Squeezing Through the Door?
While optimism and a strong recovery largely drove this year’s M&A frenzy, Q3 marked a potent sense of something else: urgency. Reflecting the sentiments of many, global co-head of M&A at JPMorgan Dirk Albersmeir attributed the quarter’s striking activity to a growing consensus that the iron may not be hot for much longer.
In a recent Reuters interview, he explained:
"M&A is a confidence game. Both corporates and sponsors feel very good about the current environment and that's why they are aggressively pursuing opportunities before there is a market correction… Investors are sensitive about factors like inflation, interest rate developments and increased regulatory scrutiny."
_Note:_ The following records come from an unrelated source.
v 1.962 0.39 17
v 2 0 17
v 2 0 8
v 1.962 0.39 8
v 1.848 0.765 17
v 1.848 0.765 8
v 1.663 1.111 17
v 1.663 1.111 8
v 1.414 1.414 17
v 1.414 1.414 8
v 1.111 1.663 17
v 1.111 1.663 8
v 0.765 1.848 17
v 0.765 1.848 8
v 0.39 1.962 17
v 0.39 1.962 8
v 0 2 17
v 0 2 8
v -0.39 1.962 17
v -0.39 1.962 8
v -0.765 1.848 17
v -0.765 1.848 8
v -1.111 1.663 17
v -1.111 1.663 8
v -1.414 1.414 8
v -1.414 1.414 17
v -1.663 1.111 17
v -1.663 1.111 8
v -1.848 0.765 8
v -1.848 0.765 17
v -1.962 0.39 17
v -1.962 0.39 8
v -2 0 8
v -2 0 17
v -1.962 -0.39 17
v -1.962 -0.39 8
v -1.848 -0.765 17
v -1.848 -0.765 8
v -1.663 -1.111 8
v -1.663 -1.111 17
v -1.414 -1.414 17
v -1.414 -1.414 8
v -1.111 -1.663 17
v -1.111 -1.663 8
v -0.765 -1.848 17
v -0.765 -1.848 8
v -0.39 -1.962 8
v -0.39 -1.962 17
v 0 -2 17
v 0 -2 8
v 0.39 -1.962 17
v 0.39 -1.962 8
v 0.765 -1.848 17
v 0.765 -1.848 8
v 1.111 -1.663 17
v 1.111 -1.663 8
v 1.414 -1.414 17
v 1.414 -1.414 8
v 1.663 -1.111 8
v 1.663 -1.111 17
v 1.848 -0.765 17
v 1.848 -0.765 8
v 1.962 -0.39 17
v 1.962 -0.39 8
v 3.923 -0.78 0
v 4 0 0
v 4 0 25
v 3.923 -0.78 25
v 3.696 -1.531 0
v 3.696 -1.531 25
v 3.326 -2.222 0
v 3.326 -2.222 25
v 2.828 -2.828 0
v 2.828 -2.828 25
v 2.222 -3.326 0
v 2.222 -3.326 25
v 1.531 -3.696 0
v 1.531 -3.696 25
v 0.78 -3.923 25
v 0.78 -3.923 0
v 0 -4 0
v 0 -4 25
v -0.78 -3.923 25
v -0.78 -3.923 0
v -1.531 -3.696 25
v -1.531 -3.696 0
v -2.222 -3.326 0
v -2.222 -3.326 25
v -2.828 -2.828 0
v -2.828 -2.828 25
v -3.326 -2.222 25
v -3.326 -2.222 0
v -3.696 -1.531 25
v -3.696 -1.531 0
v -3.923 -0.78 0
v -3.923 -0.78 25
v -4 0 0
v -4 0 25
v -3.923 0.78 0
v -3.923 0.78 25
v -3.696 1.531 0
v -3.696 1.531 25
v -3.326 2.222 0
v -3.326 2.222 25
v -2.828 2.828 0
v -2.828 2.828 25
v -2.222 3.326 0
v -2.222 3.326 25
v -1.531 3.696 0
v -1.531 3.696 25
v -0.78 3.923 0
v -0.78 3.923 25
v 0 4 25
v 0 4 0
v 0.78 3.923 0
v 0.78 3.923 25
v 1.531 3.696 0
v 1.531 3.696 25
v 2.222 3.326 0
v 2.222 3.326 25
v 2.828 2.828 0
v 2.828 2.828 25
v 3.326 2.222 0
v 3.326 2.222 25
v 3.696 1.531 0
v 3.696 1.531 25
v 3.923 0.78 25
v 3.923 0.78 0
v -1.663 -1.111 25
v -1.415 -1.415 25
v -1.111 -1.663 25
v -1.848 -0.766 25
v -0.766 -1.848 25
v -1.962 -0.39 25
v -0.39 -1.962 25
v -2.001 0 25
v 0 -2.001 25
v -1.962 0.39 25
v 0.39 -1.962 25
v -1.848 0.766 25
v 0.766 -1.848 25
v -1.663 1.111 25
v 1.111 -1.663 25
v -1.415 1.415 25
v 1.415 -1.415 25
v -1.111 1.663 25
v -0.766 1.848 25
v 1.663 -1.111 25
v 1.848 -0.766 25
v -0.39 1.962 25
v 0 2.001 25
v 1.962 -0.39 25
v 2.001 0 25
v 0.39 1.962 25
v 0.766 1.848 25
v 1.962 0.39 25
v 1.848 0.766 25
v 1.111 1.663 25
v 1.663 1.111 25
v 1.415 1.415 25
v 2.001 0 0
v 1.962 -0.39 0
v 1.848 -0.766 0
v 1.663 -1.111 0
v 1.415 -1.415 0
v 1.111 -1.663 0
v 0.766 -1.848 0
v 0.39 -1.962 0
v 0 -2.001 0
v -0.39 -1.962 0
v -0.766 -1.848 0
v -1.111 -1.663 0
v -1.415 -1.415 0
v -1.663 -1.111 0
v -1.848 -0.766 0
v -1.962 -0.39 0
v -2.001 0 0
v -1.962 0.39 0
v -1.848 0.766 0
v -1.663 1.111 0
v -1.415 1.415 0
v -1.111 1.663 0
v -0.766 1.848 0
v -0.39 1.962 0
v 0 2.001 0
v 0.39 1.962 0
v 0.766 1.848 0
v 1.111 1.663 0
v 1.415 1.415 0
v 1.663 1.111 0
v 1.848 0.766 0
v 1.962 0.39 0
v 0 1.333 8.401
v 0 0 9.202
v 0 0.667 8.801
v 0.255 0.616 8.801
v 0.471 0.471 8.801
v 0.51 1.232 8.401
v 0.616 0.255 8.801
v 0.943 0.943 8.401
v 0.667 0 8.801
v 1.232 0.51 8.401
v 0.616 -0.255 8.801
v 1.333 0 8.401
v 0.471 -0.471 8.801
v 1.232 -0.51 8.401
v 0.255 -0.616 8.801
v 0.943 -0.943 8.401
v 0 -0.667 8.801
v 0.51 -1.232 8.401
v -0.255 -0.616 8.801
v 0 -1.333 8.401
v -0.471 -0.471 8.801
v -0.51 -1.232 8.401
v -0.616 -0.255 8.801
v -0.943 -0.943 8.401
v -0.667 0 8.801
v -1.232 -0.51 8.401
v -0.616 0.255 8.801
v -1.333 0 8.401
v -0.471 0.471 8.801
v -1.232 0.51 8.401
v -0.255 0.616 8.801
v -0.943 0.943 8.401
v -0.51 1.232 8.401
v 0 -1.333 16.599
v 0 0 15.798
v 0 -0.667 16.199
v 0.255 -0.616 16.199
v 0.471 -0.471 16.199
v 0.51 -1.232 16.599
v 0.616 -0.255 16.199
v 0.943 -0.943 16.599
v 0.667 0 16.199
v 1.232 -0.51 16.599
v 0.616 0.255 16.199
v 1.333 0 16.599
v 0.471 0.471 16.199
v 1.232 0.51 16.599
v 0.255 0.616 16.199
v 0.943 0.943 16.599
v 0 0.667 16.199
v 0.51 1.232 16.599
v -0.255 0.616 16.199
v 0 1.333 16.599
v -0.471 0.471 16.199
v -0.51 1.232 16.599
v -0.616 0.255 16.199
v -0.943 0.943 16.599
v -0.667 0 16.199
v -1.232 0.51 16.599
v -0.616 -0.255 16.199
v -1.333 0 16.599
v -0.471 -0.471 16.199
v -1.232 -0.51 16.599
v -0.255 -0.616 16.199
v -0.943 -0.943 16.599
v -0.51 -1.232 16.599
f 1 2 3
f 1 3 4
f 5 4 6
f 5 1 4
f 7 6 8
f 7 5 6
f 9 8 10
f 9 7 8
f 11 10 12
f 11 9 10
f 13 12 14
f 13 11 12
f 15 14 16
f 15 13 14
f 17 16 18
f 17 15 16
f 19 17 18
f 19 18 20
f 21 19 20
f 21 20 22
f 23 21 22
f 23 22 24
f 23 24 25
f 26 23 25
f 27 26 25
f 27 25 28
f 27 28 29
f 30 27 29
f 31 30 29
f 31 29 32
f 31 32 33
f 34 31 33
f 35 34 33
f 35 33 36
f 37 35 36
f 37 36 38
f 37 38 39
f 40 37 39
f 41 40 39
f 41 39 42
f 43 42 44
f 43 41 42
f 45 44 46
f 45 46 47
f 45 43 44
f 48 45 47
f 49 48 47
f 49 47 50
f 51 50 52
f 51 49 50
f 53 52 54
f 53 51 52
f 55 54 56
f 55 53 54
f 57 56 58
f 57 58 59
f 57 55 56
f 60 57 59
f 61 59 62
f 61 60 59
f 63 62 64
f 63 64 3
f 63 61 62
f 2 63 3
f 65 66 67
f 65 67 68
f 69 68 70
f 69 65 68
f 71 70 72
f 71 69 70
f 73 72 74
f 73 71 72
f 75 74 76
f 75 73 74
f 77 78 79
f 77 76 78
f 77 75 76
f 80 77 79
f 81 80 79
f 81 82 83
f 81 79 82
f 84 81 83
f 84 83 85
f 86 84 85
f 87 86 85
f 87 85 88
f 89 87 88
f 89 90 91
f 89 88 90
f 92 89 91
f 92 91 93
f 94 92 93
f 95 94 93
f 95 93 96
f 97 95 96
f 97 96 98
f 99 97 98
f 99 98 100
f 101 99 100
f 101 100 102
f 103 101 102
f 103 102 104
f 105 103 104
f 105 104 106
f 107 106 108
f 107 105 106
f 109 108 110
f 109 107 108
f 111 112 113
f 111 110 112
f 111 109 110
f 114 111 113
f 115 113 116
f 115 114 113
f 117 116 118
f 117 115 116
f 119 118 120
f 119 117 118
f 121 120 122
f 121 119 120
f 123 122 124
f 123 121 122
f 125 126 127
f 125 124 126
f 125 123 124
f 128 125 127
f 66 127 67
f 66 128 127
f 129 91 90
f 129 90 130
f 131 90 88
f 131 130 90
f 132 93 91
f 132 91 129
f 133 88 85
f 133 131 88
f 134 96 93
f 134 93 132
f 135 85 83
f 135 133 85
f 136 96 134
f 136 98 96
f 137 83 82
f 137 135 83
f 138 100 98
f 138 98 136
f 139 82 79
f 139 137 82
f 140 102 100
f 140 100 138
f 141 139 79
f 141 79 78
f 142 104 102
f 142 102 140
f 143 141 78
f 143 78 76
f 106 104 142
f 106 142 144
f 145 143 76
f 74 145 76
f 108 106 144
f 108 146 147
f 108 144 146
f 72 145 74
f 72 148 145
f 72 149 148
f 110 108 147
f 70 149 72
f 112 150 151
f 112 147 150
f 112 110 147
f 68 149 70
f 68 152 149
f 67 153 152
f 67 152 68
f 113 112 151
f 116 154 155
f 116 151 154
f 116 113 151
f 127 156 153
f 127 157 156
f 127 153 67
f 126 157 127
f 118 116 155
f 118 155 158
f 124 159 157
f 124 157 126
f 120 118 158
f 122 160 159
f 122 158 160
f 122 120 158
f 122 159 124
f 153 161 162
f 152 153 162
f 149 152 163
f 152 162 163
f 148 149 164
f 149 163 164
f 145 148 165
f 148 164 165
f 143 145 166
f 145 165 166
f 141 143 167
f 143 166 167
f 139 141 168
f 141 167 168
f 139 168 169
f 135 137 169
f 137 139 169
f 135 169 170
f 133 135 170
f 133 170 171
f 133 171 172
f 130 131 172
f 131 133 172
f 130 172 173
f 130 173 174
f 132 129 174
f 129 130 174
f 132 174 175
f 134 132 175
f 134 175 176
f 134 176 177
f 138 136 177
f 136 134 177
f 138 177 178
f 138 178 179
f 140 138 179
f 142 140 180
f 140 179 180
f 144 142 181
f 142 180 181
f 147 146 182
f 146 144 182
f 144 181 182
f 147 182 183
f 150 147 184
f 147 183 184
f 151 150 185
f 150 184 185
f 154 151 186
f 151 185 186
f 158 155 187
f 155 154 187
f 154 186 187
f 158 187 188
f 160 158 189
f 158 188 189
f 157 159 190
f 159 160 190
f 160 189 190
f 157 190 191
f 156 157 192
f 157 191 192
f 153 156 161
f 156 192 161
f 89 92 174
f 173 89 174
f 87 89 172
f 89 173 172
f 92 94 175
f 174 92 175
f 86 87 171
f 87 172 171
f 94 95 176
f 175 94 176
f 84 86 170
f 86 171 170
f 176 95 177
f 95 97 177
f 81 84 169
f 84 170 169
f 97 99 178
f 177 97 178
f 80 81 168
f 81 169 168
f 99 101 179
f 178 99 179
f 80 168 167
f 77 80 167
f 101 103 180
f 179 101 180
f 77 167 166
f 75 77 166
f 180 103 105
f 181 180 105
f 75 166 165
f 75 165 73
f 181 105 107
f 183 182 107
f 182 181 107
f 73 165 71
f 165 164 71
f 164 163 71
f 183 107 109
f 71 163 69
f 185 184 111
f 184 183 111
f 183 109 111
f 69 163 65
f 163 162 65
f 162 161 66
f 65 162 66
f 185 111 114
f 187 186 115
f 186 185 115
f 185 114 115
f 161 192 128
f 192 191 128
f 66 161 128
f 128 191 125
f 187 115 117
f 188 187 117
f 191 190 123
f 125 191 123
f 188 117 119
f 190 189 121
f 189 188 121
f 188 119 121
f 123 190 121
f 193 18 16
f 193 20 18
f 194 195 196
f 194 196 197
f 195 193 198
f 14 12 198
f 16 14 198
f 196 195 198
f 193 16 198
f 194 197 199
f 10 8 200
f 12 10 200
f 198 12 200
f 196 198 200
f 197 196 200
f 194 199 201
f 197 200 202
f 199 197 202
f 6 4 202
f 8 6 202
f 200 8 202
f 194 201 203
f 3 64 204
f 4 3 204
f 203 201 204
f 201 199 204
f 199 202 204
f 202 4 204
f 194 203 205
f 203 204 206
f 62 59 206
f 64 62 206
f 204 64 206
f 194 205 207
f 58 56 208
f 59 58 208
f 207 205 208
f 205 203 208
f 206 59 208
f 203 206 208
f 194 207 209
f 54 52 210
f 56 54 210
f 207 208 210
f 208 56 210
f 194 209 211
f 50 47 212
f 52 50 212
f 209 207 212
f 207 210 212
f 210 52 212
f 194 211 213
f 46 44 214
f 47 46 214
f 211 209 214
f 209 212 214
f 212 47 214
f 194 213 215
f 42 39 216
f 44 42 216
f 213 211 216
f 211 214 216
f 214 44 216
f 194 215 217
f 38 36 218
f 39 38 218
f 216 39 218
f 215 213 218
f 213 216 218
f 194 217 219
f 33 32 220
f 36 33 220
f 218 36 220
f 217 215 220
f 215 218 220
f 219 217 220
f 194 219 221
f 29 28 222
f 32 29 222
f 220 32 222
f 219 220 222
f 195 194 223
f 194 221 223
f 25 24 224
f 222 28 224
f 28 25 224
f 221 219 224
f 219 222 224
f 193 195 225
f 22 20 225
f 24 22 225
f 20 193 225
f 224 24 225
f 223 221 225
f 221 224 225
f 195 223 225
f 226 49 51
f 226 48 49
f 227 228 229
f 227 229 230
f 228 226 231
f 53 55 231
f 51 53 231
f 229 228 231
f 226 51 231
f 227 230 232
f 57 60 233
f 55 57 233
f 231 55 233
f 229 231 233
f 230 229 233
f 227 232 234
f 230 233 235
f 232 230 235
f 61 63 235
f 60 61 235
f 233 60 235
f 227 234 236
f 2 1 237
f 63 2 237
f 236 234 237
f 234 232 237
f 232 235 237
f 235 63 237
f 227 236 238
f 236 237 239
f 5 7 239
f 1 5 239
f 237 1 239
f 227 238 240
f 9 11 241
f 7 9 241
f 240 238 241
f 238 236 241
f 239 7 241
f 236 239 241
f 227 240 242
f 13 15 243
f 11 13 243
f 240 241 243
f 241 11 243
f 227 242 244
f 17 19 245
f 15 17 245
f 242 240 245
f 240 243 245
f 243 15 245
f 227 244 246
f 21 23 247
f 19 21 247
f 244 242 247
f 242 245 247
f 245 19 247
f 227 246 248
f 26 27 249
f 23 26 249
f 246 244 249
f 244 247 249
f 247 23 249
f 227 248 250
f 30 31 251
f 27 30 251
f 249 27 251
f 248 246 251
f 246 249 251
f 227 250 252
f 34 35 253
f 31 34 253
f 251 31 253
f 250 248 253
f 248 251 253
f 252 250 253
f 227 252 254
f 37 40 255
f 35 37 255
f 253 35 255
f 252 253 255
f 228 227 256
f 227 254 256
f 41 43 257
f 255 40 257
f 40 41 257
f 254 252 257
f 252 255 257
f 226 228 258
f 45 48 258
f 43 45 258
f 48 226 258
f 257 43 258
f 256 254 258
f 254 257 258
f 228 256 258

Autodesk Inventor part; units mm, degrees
ref_plane "YZ Plane" through (0, 0, 0) normal (1, 0, 0) x (0, 1, 0)
ref_plane "XZ Plane" through (0, 0, 0) normal (0, 1, 0) x (-1, 0, 0)
ref_plane "XY Plane" through (0, 0, 0) normal (0, 0, 1) x (1, 0, 0)
sketch "スケッチ1" plane through (0, 0, 0) normal (0, 0, 1) x (1, 0, 0)
  circle A0 centre (0, 0) radius 4
  circle A1 centre (0, 0) radius 2.0005
  dimension "d0" = 8
  dimension "d1" = 4.001
extrude "押し出し1" add sketch "スケッチ1" along normal blind 25
sketch "スケッチ2" plane through (0, 0, 25) normal (0, 0, 1) x (1, 0, 0)
  circle A0 centre (0, 0) radius 2
  dimension "d4" = 4
extrude "押し出し2" add sketch "スケッチ2" against normal blind 25
hole "穴1" at (0, 0, 25) direction (0, 0, -1) diameter 4 depth 8 tip angle 118
hole "穴2" at (0, 0, 0) direction (0, 0, 1) diameter 4 depth 8 tip angle 118
properties part number "スペーサーm4-25　簡易筒型" material "アルミニウム 2014-T4"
Indeed, market watchers around the world are growing nervous as a number of economic clouds loom over a rosy recovery. Inflationary pressure keeps building up, and supply chain challenges are likely to persist well past 2021.
The regulatory environment, both in China and the United States, looks less amenable than it did a year ago; China is cracking down on its largest tech companies while the US' current administration looks to reverse the previous administration's hands-off approach to corporate consolidation. Ongoing trade frictions between the two countries and around the world are also weighing on growth. Recent economic data compounds worries in the two largest economies; the US saw its lowest number of added jobs this year, while China’s 3rd quarter GDP growth slowed to just under 5%.
While these challenges could be temporary, they’ve driven a sense that high buying power, cheap financing, and an accommodating regulatory environment won’t be around forever, and 2021 is the time to make big deals.